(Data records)
[Start of Attachment]

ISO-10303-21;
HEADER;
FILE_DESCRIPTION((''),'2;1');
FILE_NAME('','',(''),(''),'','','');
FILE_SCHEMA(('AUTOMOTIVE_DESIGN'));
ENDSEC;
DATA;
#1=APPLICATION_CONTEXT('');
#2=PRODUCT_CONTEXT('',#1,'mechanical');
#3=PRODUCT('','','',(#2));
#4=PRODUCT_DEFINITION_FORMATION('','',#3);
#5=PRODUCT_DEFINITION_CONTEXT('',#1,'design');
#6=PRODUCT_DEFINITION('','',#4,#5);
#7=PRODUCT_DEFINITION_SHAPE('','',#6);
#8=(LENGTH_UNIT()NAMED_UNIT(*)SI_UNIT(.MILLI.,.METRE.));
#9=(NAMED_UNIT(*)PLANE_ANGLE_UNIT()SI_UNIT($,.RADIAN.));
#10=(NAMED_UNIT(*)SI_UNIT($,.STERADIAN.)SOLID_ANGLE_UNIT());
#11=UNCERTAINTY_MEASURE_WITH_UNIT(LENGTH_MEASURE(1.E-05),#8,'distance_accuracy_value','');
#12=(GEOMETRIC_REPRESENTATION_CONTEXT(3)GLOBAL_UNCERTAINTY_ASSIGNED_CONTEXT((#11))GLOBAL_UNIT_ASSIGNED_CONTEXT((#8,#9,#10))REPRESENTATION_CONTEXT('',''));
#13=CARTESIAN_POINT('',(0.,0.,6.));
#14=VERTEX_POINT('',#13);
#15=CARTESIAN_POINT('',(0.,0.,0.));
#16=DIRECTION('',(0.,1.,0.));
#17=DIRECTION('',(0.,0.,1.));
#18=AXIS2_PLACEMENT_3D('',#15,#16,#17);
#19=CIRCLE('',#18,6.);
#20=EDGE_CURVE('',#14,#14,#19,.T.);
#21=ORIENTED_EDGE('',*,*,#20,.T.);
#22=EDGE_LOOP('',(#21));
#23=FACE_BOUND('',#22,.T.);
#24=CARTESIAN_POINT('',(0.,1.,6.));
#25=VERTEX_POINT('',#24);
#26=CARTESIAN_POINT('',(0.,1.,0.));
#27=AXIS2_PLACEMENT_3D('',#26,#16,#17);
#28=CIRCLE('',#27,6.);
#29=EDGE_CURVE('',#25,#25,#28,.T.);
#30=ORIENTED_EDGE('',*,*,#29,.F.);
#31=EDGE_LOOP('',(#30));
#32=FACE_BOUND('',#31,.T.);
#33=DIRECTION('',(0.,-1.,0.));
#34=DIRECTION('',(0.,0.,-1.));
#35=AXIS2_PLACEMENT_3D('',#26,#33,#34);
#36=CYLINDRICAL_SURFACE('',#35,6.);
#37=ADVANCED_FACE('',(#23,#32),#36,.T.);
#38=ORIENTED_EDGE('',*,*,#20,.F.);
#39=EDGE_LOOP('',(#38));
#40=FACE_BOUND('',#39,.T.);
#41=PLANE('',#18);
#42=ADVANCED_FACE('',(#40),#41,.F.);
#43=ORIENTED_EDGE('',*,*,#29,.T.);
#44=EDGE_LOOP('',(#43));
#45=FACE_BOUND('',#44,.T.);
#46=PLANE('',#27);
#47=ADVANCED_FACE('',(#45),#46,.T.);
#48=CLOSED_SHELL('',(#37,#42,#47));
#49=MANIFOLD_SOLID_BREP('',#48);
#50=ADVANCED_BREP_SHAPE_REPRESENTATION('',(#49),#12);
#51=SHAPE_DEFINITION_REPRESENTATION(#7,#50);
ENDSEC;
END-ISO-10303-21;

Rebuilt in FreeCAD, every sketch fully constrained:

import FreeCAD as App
import Part
import Sketcher

V = App.Vector
Q = App.Units.Quantity

doc = App.newDocument("Part")
body = doc.addObject("PartDesign::Body", "Body")

sketch1 = body.newObject("Sketcher::SketchObject", "Sketch")
sketch1.AttachmentSupport = (doc.getObject("XZ_Plane"), [""])
sketch1.MapMode = "FlatFace"
sketch1.addGeometry(Part.Circle(V(0, 0, 0), V(0, 0, 1), 6), False)
sketch1.addConstraint(Sketcher.Constraint("Coincident", 0, 3, -1, 1))
sketch1.addConstraint(Sketcher.Constraint("Diameter", 0, Q("12 mm")))
pad1 = body.newObject("PartDesign::Pad", "Pad")
pad1.Profile = sketch1
pad1.Length = 1
pad1.Reversed = True

doc.recompute()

[End of Attachment]

- [About this exercise]: Copy out, word for word, the part of the entries above that begins at the line with "#23=FACE_BOUND('',#22,.T.);" and ends at the line with "#37=ADVANCED_FACE('',(#23,#32),#36,.T.);", including both.

- [Task answer]:
#23=FACE_BOUND('',#22,.T.);
#24=CARTESIAN_POINT('',(0.,1.,6.));
#25=VERTEX_POINT('',#24);
#26=CARTESIAN_POINT('',(0.,1.,0.));
#27=AXIS2_PLACEMENT_3D('',#26,#16,#17);
#28=CIRCLE('',#27,6.);
#29=EDGE_CURVE('',#25,#25,#28,.T.);
#30=ORIENTED_EDGE('',*,*,#29,.F.);
#31=EDGE_LOOP('',(#30));
#32=FACE_BOUND('',#31,.T.);
#33=DIRECTION('',(0.,-1.,0.));
#34=DIRECTION('',(0.,0.,-1.));
#35=AXIS2_PLACEMENT_3D('',#26,#33,#34);
#36=CYLINDRICAL_SURFACE('',#35,6.);
#37=ADVANCED_FACE('',(#23,#32),#36,.T.);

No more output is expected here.